Les chroniques de Darko – Je suis toujours là : Le courage d’une femme face à la dictature

Voilà douze ans que Walter Salles n’avait pas réalisé de film! Lui qui avait replacé son pays sur la carte du cinéma mondial avec le très beau et très émouvant Central do Brasil en 1998 qui s’était vu décerner l’Ours d’Or à Berlin. Il inaugurait ainsi une nouvelle vague de films brésiliens par une génération de réalisateurs doués dont Fernando Meirelles dont il produisit le film La Cité de Dieu en 2002. Cette fois-ci, Walter Salles décide de revisiter l’histoire de son pays en nous ramenant aux années de la dictature militaire brésilienne qui commença en 1964 pour ne s’achever que vingt ans plus tard en 1985. Et il met en avant le portrait de l’un de ses réfractaires, un ancien député travailliste exilé puis revenu dans son pays pour y exercer le métier d’ingénieur, Rubens Paiva.
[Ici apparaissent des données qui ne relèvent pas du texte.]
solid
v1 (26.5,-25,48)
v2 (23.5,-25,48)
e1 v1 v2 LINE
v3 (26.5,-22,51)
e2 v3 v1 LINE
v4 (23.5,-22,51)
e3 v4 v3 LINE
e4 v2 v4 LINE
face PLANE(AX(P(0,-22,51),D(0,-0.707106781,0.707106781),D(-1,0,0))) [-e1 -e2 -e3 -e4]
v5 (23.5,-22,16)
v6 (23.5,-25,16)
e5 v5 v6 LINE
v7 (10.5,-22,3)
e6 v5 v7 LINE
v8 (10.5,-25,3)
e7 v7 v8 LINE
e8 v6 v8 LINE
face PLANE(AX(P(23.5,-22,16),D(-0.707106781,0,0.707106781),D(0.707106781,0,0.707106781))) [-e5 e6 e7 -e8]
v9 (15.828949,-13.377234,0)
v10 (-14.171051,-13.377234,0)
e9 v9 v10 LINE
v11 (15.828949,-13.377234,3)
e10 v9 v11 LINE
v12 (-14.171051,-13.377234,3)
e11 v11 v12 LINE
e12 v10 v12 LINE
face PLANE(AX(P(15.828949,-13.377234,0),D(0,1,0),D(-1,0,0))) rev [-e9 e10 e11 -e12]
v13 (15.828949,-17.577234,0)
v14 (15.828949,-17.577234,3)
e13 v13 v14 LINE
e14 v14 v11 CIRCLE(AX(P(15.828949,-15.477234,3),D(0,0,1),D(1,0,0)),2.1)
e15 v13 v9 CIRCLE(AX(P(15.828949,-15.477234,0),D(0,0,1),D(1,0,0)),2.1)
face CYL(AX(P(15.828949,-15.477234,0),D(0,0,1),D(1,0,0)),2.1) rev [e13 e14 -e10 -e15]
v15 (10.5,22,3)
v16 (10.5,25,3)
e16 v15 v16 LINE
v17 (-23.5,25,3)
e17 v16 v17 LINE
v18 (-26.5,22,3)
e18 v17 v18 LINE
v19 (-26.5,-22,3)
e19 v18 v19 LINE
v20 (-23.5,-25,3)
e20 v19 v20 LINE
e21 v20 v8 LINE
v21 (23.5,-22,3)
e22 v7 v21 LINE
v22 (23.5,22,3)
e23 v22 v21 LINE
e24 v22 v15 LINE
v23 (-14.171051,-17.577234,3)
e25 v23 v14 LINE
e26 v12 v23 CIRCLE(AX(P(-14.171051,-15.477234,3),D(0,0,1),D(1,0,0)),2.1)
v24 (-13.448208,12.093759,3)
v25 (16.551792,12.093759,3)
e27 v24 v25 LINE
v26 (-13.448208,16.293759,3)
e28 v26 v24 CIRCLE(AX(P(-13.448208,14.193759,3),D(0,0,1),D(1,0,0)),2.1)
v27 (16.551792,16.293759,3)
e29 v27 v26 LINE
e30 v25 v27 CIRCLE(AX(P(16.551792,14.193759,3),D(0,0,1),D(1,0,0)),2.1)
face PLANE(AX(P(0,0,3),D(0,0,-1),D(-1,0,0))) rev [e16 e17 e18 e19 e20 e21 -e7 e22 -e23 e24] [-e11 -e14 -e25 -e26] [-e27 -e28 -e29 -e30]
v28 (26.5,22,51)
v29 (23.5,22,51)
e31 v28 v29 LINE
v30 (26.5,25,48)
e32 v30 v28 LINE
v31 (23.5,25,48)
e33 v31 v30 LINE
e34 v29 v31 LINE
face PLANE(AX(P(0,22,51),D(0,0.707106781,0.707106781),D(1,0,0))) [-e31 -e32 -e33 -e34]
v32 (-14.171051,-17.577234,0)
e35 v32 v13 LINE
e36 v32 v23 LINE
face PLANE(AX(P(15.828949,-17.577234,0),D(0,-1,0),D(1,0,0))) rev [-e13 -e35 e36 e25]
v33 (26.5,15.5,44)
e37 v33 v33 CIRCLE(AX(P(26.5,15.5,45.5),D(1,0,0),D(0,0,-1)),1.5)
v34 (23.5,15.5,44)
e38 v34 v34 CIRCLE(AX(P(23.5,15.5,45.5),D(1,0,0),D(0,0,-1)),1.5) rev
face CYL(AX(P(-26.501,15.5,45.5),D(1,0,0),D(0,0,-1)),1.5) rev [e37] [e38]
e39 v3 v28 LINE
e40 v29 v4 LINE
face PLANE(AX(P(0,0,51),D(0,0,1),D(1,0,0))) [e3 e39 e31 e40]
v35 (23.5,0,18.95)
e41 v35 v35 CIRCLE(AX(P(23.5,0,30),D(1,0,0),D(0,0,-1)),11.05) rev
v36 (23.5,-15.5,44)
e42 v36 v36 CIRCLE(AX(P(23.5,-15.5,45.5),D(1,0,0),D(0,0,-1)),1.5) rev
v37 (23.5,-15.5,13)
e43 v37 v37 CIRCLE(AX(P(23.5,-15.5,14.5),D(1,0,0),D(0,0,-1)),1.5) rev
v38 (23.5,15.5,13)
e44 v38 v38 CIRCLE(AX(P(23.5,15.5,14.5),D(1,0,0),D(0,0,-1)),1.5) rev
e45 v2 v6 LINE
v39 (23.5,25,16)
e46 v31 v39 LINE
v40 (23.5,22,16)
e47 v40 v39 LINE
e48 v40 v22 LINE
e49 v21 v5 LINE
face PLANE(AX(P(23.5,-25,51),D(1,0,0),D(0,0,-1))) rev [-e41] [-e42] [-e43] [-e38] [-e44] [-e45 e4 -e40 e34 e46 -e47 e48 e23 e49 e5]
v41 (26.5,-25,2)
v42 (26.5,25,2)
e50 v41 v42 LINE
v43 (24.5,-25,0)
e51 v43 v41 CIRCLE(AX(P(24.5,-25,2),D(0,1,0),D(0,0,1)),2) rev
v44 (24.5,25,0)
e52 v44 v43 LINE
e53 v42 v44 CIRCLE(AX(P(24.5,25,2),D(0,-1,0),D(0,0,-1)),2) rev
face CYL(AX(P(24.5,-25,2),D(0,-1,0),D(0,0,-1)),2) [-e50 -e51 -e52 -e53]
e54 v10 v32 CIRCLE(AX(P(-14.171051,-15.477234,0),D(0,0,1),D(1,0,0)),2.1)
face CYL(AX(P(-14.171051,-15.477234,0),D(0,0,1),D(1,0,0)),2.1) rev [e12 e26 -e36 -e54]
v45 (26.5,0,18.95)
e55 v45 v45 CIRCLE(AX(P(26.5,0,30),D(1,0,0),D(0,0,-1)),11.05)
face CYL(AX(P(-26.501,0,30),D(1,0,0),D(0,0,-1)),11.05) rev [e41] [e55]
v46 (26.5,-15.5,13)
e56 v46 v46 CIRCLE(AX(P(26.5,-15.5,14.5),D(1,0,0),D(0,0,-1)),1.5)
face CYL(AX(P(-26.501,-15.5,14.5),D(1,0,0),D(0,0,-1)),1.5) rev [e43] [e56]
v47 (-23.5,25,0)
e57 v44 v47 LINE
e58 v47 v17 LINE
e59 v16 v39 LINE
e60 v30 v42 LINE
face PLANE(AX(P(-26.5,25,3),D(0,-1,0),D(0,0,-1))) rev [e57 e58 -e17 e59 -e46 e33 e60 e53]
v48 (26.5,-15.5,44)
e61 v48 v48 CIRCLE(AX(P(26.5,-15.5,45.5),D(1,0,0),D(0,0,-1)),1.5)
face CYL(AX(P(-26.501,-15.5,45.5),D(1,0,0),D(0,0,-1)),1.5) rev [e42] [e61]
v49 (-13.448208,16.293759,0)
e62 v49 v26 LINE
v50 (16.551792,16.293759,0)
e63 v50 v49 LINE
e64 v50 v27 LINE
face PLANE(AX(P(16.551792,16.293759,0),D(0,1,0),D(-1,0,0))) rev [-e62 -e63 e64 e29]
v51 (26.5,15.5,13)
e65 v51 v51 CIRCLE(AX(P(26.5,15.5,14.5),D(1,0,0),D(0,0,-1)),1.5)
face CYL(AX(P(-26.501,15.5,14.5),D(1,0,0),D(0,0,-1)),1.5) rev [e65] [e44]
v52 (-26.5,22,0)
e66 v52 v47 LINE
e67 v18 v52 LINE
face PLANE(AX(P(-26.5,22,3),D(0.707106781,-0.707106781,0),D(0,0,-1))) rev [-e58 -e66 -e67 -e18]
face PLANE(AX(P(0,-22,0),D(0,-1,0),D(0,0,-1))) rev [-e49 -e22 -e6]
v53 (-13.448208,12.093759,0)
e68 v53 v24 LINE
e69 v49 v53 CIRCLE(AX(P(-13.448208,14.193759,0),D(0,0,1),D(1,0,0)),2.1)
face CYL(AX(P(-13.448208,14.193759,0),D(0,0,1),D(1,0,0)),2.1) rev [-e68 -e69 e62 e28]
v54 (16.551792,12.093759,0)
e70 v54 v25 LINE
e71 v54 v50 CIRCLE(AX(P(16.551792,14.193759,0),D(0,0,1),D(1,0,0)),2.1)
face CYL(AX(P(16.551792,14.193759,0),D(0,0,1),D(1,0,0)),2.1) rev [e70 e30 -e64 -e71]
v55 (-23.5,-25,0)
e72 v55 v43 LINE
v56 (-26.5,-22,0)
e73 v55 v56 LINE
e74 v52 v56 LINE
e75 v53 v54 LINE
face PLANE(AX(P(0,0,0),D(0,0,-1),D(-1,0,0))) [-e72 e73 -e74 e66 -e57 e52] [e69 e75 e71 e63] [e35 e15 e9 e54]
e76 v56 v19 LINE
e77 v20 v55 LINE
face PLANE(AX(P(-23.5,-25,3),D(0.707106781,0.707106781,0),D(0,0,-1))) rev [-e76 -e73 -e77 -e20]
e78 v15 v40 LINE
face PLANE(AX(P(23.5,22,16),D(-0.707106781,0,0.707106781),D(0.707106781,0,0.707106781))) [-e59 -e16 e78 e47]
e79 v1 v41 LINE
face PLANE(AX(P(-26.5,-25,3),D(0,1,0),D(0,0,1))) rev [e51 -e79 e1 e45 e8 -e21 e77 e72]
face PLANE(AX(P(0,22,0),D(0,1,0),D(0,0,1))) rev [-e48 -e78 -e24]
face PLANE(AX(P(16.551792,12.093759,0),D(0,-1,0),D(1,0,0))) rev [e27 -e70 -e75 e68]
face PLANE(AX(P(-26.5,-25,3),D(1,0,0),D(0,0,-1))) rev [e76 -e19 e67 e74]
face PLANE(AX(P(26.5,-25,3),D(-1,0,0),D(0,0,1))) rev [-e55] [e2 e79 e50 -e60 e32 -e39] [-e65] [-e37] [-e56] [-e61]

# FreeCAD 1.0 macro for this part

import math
import FreeCAD as App
import Part
import Sketcher

V = App.Vector
Q = App.Units.Quantity


def edges_at(feature, points):
    """Names of the edges that pass closest to the given points."""
    edges = feature.Shape.Edges
    near = lambda p: min(range(len(edges)), key=lambda i: edges[i].distToShape(Part.Vertex(*p))[0])
    return sorted({f"Edge{near(p) + 1}" for p in points})


def add_polygon(sketch, points):
    """Adds a closed chain of lines whose ends are joined by coincident constraints."""
    first, n = sketch.GeometryCount, len(points)
    for a, b in zip(points, points[1:] + points[:1]):
        sketch.addGeometry(Part.LineSegment(App.Vector(*a, 0), App.Vector(*b, 0)), False)
    for i in range(n):
        sketch.addConstraint(Sketcher.Constraint("Coincident", first + i, 2, first + (i + 1) % n, 1))

doc = App.newDocument("Part")
body = doc.addObject("PartDesign::Body", "Body")

# Sketch on XY plane
sketch1 = body.newObject("Sketcher::SketchObject", "Sketch")
sketch1.AttachmentSupport = (doc.getObject("XY_Plane"), [""])
sketch1.MapMode = "FlatFace"
add_polygon(sketch1, [(-26.5, 25), (-26.5, -25), (26.5, -25), (26.5, 25)])  # lines 0-3
sketch1.addConstraint([
    Sketcher.Constraint("Vertical", 0),
    Sketcher.Constraint("Horizontal", 1),
    Sketcher.Constraint("Vertical", 2),
    Sketcher.Constraint("Horizontal", 3),
    Sketcher.Constraint("Symmetric", 0, 2, 2, 2, -1, 1),
    Sketcher.Constraint("DistanceX", 1, 1, 1, 2, Q("53 mm")),
    Sketcher.Constraint("DistanceY", 0, 2, 0, 1, Q("50 mm")),
])
pad1 = body.newObject("PartDesign::Pad", "Pad")
pad1.Profile = sketch1
pad1.Length = 3

# Sketch on XY plane
sketch2 = body.newObject("Sketcher::SketchObject", "Sketch001")
sketch2.AttachmentSupport = (doc.getObject("XY_Plane"), [""])
sketch2.MapMode = "FlatFace"
sketch2.AttachmentOffset = App.Placement(V(0, 0, 3), App.Rotation())
add_polygon(sketch2, [(23.5, 25), (23.5, -25), (26.5, -25), (26.5, 25)])  # lines 0-3
sketch2.addConstraint([
    Sketcher.Constraint("Vertical", 0),
    Sketcher.Constraint("Horizontal", 1),
    Sketcher.Constraint("Vertical", 2),
    Sketcher.Constraint("Horizontal", 3),
    Sketcher.Constraint("DistanceX", 1, 1, 1, 2, Q("3 mm")),
    Sketcher.Constraint("DistanceY", 0, 2, 0, 1, Q("50 mm")),
    Sketcher.Constraint("DistanceY", 0, 2, -1, 1, Q("25 mm")),
    Sketcher.Constraint("DistanceX", -1, 1, 0, 2, Q("23.5 mm")),
])
pad2 = body.newObject("PartDesign::Pad", "Pad001")
pad2.Profile = sketch2
pad2.Length = 48
doc.recompute()

fillet = body.newObject("PartDesign::Fillet", "Fillet")
fillet.Base = (pad2, edges_at(pad2, [(26.5, 0, 0)]))
fillet.Radius = 2
doc.recompute()

chamfer = body.newObject("PartDesign::Chamfer", "Chamfer")
chamfer.Base = (fillet, edges_at(fillet, [(25, -25, 51), (-26.5, -25, 1.5), (-26.5, 25, 1.5)]))
chamfer.Size = 3
doc.recompute()

chamfer2 = body.newObject("PartDesign::Chamfer", "Chamfer001")
chamfer2.Base = (chamfer, edges_at(chamfer, [(25, 25, 51)]))
chamfer2.Size = 3

# Sketch on YZ plane
sketch3 = body.newObject("Sketcher::SketchObject", "Sketch002")
sketch3.AttachmentSupport = (doc.getObject("YZ_Plane"), [""])
sketch3.MapMode = "FlatFace"
sketch3.AttachmentOffset = App.Placement(V(0, 0, 26.5), App.Rotation())
sketch3.addGeometry(Part.Circle(V(0, 30, 0), V(0, 0, 1), 11.05), False)
sketch3.addConstraint([
    Sketcher.Constraint("PointOnObject", 0, 3, -2),
    Sketcher.Constraint("Diameter", 0, Q("22.1 mm")),
    Sketcher.Constraint("DistanceY", -1, 1, 0, 3, Q("30 mm")),
])
pocket1 = body.newObject("PartDesign::Pocket", "Pocket")
pocket1.Profile = sketch3
pocket1.Type = "UpToFirst"

# Sketch on YZ plane
sketch4 = body.newObject("Sketcher::SketchObject", "Sketch003")
sketch4.AttachmentSupport = (doc.getObject("YZ_Plane"), [""])
sketch4.MapMode = "FlatFace"
sketch4.AttachmentOffset = App.Placement(V(0, 0, 26.5), App.Rotation())
sketch4.addGeometry(Part.Circle(V(15.5, 45.5, 0), V(0, 0, 1), 1.5), False)
sketch4.addConstraint([
    Sketcher.Constraint("Diameter", 0, Q("3 mm")),
    Sketcher.Constraint("DistanceX", -1, 1, 0, 3, Q("15.5 mm")),
    Sketcher.Constraint("DistanceY", -1, 1, 0, 3, Q("45.5 mm")),
])
pocket2 = body.newObject("PartDesign::Pocket", "Pocket001")
pocket2.Profile = sketch4
pocket2.Type = "UpToFirst"

# Sketch on YZ plane
sketch5 = body.newObject("Sketcher::SketchObject", "Sketch004")
sketch5.AttachmentSupport = (doc.getObject("YZ_Plane"), [""])
sketch5.MapMode = "FlatFace"
sketch5.AttachmentOffset = App.Placement(V(0, 0, 26.5), App.Rotation())
sketch5.addGeometry(Part.Circle(V(-15.5, 45.5, 0), V(0, 0, 1), 1.5), False)
sketch5.addConstraint([
    Sketcher.Constraint("Diameter", 0, Q("3 mm")),
    Sketcher.Constraint("DistanceX", 0, 3, -1, 1, Q("15.5 mm")),
    Sketcher.Constraint("DistanceY", -1, 1, 0, 3, Q("45.5 mm")),
])
pocket3 = body.newObject("PartDesign::Pocket", "Pocket002")
pocket3.Profile = sketch5
pocket3.Type = "UpToFirst"

# Sketch on YZ plane
sketch6 = body.newObject("Sketcher::SketchObject", "Sketch005")
sketch6.AttachmentSupport = (doc.getObject("YZ_Plane"), [""])
sketch6.MapMode = "FlatFace"
sketch6.AttachmentOffset = App.Placement(V(0, 0, 26.5), App.Rotation())
sketch6.addGeometry(Part.Circle(V(-15.5, 14.5, 0), V(0, 0, 1), 1.5), False)
sketch6.addConstraint([
    Sketcher.Constraint("Diameter", 0, Q("3 mm")),
    Sketcher.Constraint("DistanceX", 0, 3, -1, 1, Q("15.5 mm")),
    Sketcher.Constraint("DistanceY", -1, 1, 0, 3, Q("14.5 mm")),
])
pocket4 = body.newObject("PartDesign::Pocket", "Pocket003")
pocket4.Profile = sketch6
pocket4.Type = "UpToFirst"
Nous sommes en 1970 et la première partie du film nous brosse le portrait de sa famille, vivant à Rio dans une résidence faisant face à la mer. Famille unie par l’amour réciproque de ses membres, celui de Ruben et de son épouse Eunice, et des parents pour leurs enfants dont le petit Marcelo dont le film est l’adaptation du livre publié en 2015: Ainda Sou Aqui. Le domicile apparaît comme un lieu de regroupement des amis et proches de la famille. On y danse, on y rit et on y mange tous ensemble tandis que les hommes s’isolent pour parler de choses sérieuses. Et c’est d’abord par l’entremise de la télévision que se fait jour la réalité du pays. Un ambassadeur enlevé en échange duquel on demande la libération de prisonniers politiques. Puis Veroca, l’aînée de la famille se fait arrêter par la police lors d’un barrage routier mis en place par la police militaire à la recherche de suspects – la brutalité des policiers s’y manifeste à travers un climat d’angoisse qui prend à la gorge. Un hélicoptère survole la plage, des camions où sont entassés des militaires passent sur la route. La menace se fait de plus en plus présente, de plus en plus directe.
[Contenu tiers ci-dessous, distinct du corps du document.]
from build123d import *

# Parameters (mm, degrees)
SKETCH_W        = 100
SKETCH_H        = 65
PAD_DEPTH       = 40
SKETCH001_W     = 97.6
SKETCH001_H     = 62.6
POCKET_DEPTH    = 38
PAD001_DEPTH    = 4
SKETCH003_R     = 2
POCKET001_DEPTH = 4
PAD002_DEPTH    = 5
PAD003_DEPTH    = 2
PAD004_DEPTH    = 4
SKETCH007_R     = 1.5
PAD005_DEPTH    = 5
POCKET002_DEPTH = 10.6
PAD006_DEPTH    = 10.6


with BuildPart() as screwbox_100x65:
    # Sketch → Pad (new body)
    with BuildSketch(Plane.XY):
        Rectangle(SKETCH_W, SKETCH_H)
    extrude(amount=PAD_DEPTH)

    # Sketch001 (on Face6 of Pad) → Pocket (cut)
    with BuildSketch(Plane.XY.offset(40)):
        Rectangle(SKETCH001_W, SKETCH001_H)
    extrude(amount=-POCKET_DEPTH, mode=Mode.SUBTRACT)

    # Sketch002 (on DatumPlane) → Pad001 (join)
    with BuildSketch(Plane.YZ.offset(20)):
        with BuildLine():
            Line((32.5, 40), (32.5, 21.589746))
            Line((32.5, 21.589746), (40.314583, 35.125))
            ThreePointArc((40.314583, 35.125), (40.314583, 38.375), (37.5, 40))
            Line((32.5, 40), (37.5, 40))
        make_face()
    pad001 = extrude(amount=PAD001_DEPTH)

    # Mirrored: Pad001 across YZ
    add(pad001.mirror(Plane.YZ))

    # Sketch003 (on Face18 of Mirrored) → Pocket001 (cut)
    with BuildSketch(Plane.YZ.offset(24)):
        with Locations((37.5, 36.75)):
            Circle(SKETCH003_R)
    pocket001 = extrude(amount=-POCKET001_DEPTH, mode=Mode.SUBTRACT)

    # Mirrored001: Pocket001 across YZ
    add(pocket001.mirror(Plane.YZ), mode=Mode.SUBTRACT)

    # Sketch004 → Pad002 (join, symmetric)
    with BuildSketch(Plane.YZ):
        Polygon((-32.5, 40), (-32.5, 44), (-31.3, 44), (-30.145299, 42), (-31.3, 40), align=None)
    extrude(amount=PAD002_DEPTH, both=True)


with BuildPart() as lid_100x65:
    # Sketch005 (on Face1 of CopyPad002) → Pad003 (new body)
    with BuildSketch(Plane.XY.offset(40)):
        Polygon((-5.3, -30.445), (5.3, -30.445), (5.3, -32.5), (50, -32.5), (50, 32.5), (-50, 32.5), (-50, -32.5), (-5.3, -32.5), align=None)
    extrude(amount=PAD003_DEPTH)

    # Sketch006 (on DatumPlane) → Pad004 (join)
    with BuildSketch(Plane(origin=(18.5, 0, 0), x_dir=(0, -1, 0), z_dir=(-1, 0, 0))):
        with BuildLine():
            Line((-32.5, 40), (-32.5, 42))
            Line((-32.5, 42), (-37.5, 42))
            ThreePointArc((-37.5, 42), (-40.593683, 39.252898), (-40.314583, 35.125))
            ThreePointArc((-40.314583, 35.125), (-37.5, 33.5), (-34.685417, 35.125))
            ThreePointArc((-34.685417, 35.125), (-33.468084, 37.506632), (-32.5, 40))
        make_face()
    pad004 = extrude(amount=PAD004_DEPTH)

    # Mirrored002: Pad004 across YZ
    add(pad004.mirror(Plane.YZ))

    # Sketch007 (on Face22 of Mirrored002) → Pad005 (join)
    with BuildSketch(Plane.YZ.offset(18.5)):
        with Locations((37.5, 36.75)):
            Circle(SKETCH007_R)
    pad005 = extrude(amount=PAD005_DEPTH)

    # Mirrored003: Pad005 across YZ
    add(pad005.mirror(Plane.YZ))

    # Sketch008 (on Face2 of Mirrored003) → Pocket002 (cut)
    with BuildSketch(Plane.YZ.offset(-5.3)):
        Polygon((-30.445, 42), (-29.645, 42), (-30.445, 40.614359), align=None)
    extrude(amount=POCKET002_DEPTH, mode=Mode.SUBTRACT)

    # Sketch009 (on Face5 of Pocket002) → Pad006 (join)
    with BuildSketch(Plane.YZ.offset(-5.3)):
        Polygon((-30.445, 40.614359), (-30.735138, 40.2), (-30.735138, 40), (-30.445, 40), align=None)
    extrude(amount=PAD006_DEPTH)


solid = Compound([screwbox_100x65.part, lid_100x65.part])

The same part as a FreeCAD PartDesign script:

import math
import FreeCAD as App
import Part
import Sketcher

V = App.Vector
Q = App.Units.Quantity

doc = App.newDocument("Part")
params = doc.addObject("Spreadsheet::Sheet", "Params")
for row, (alias, value) in enumerate([
    ("sketch1_width", "100 mm"),
    ("sketch1_height", "65 mm"),
    ("pad1_length", "40 mm"),
    ("sketch2_width", "97.6 mm"),
    ("sketch2_height", "62.6 mm"),
    ("pocket1_length", "38 mm"),
    ("sketch3_width", "5 mm"),
    ("sketch3_radius", "3.25 mm"),
    ("pad2_length", "4 mm"),
    ("sketch4_diameter", "4 mm"),
    ("pocket2_length", "4 mm"),
    ("sketch5_height", "4 mm"),
    ("sketch5_width", "1.2 mm"),
    ("pad3_length", "10 mm"),
    ("sketch6_width", "100 mm"),
    ("sketch6_height", "65 mm"),
    ("sketch6_width2", "10.6 mm"),
    ("pad4_length", "2 mm"),
    ("sketch7_width", "5 mm"),
    ("sketch7_height", "2 mm"),
    ("sketch7_radius", "3.250001 mm"),
    ("pad5_length", "4 mm"),
    ("sketch8_diameter", "3 mm"),
    ("pad6_length", "5 mm"),
    ("sketch9_width", "0.8 mm"),
    ("pocket3_length", "10.6 mm"),
    ("sketch10_height", "0.2 mm"),
    ("pad7_length", "10.6 mm"),
], start=1):
    params.set(f"A{row}", alias)
    params.set(f"B{row}", "=" + value)
    params.setAlias(f"B{row}", alias)

body = doc.addObject("PartDesign::Body", "Body")

# Sketch on XY plane
sketch1 = body.newObject("Sketcher::SketchObject", "Sketch")
sketch1.AttachmentSupport = (doc.getObject("XY_Plane"), [""])
sketch1.MapMode = "FlatFace"
sketch1.addGeometry([
    Part.LineSegment(V(-50, 32.5, 0), V(-50, -32.5, 0)),
    Part.LineSegment(V(-50, -32.5, 0), V(50, -32.5, 0)),
    Part.LineSegment(V(50, -32.5, 0), V(50, 32.5, 0)),
    Part.LineSegment(V(50, 32.5, 0), V(-50, 32.5, 0)),
], False)
sketch1.addConstraint([
    Sketcher.Constraint("Coincident", 0, 2, 1, 1),
    Sketcher.Constraint("Coincident", 1, 2, 2, 1),
    Sketcher.Constraint("Coincident", 2, 2, 3, 1),
    Sketcher.Constraint("Coincident", 3, 2, 0, 1),
    Sketcher.Constraint("Vertical", 0),
    Sketcher.Constraint("Horizontal", 1),
    Sketcher.Constraint("Vertical", 2),
    Sketcher.Constraint("Horizontal", 3),
    Sketcher.Constraint("Symmetric", 0, 2, 2, 2, -1, 1),
    Sketcher.Constraint("DistanceX", 1, 1, 1, 2, Q("100 mm")),
    Sketcher.Constraint("DistanceY", 0, 2, 0, 1, Q("65 mm")),
])
sketch1.setExpression("Constraints[9]", "Params.sketch1_width")
sketch1.setExpression("Constraints[10]", "Params.sketch1_height")
pad1 = body.newObject("PartDesign::Pad", "Pad")
pad1.Profile = sketch1
pad1.setExpression("Length", "Params.pad1_length")

# Sketch on XY plane
sketch2 = body.newObject("Sketcher::SketchObject", "Sketch001")
sketch2.AttachmentSupport = (doc.getObject("XY_Plane"), [""])
sketch2.MapMode = "FlatFace"
sketch2.AttachmentOffset = App.Placement(V(0, 0, 40), App.Rotation())
sketch2.addGeometry([
    Part.LineSegment(V(-48.8, 31.3, 0), V(-48.8, -31.3, 0)),
    Part.LineSegment(V(-48.8, -31.3, 0), V(48.8, -31.3, 0)),
    Part.LineSegment(V(48.8, -31.3, 0), V(48.8, 31.3, 0)),
    Part.LineSegment(V(48.8, 31.3, 0), V(-48.8, 31.3, 0)),
], False)
sketch2.addConstraint([
    Sketcher.Constraint("Coincident", 0, 2, 1, 1),
    Sketcher.Constraint("Coincident", 1, 2, 2, 1),
    Sketcher.Constraint("Coincident", 2, 2, 3, 1),
    Sketcher.Constraint("Coincident", 3, 2, 0, 1),
    Sketcher.Constraint("Vertical", 0),
    Sketcher.Constraint("Horizontal", 1),
    Sketcher.Constraint("Vertical", 2),
    Sketcher.Constraint("Horizontal", 3),
    Sketcher.Constraint("Symmetric", 0, 2, 2, 2, -1, 1),
    Sketcher.Constraint("DistanceX", 1, 1, 1, 2, Q("97.6 mm")),
    Sketcher.Constraint("DistanceY", 0, 2, 0, 1, Q("62.6 mm")),
])
sketch2.setExpression("Constraints[9]", "Params.sketch2_width")
sketch2.setExpression("Constraints[10]", "Params.sketch2_height")
pocket1 = body.newObject("PartDesign::Pocket", "Pocket")
pocket1.Profile = sketch2
pocket1.setExpression("Length", "Params.pocket1_length")

# Sketch on YZ plane
sketch3 = body.newObject("Sketcher::SketchObject", "Sketch002")
sketch3.AttachmentSupport = (doc.getObject("YZ_Plane"), [""])
sketch3.MapMode = "FlatFace"
sketch3.AttachmentOffset = App.Placement(V(0, 0, 20), App.Rotation())
sketch3.addGeometry([
    Part.LineSegment(V(32.5, 40, 0), V(32.5, 21.589746, 0)),
    Part.LineSegment(V(32.5, 21.589746, 0), V(40.314583, 35.125, 0)),
    Part.ArcOfCircle(Part.Circle(V(37.5, 36.75, 0), V(0, 0, 1), 3.25), math.radians(-30), math.radians(90.000008)),
    Part.LineSegment(V(37.5, 40, 0), V(32.5, 40, 0)),
], False)
sketch3.addConstraint([
    Sketcher.Constraint("Coincident", 0, 2, 1, 1),
    Sketcher.Constraint("Tangent", 1, 2, 2, 1),
    Sketcher.Constraint("Tangent", 2, 2, 3, 1),
    Sketcher.Constraint("Coincident", 3, 2, 0, 1),
    Sketcher.Constraint("Vertical", 0),
    Sketcher.Constraint("Horizontal", 3),
    Sketcher.Constraint("DistanceX", 3, 2, 3, 1, Q("5 mm")),
    Sketcher.Constraint("Angle", 1, Q("59.999999 deg")),
    Sketcher.Constraint("Radius", 2, Q("3.25 mm")),
    Sketcher.Constraint("DistanceY", -1, 1, 2, 2, Q("40 mm")),
    Sketcher.Constraint("DistanceX", -1, 1, 2, 3, Q("37.5 mm")),
])
sketch3.setExpression("Constraints[6]", "Params.sketch3_width")
sketch3.setExpression("Constraints[8]", "Params.sketch3_radius")
pad2 = body.newObject("PartDesign::Pad", "Pad001")
pad2.Profile = sketch3
pad2.setExpression("Length", "Params.pad2_length")
doc.recompute()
Un portrait de femme fière et courageuse, sans excès mais digne, un rôle dans lequel excelle l’actrice Fernanda Torres.

C’est ainsi progressivement et par petites touches que le danger se rapproche de la famille qui, pourtant, ne se doute encore de rien. Nous sortons à peine des années 1960 et un vent de liberté – sexuelle : la chanson de Gainsbourg, mais plus général encore de contestation – souffle de l’Occident moderne sur cette famille bourgeoise et cultivée – allusions directes et/ou indirectes au film Blow-up d’Antonioni, à La Chinoise de Godard ou encore à John Lennon – et se mêle à l’atmosphère de dictature militaire du pays, créant un contraste saisissant. Le climat d’insouciance qui prédomine est cependant brisé et rompu par l’apparition d’hommes se réclamant de la police et qui décident d’emmener Rubens au poste pour une soi-disant déposition. Il n’en reviendra jamais. Puis c’est au tour d’Eunice et de sa fille d’être arrêtés, conduites dans un endroit secret, soumises à un interrogatoire serré et enfermées pendant plusieurs jours. Il faut dire que les libertés civiles ayant été supprimées, un code de procédure pénale militaire fut créé qui permettait à l’armée brésilienne et à la police militaire d’arrêter et d’emprisonner des personnes considérées comme suspectes, en plus de rendre impossible tout contrôle judiciaire.

C’est à travers le regard d’Eunice que nous voyons les évènements. Sa lutte pour libérer son mari d’abord, mais aussi pour découvrir la vérité. Une lutte tenace, de tous les instants, pour sauvegarder sa famille, tenir son foyer soudé tout en enquêtant sur la disparition de Rubens dont les journaux occidentaux se font l’écho. Et nous passons de l’atmosphère glaciale de la caserne où elle est enfermée – interrogatoire dans le noir sous la lumière agressive d’une lampe de bureau, couleur bleutée froide de sa cellule, cris des prisonniers qu’on torture – à l’extérieur et à l’air libre qu’elle retrouve dans le seul but de mener son combat. Un combat qu’elle mènera toute sa vie, obtenant une licence d’avocat et militant pour les droits des autochtones sur le territoire de l’Amazonie. Un portrait de femme fière et courageuse, sans excès mais digne, un rôle dans lequel excelle l’actrice Fernanda Torres. Un vibrant plaidoyer pour une liberté chèrement acquise. Un film tout en retenue, suggérant plus encore qu’il ne montre les choses, rendant la réalité d’autant plus terrifiante.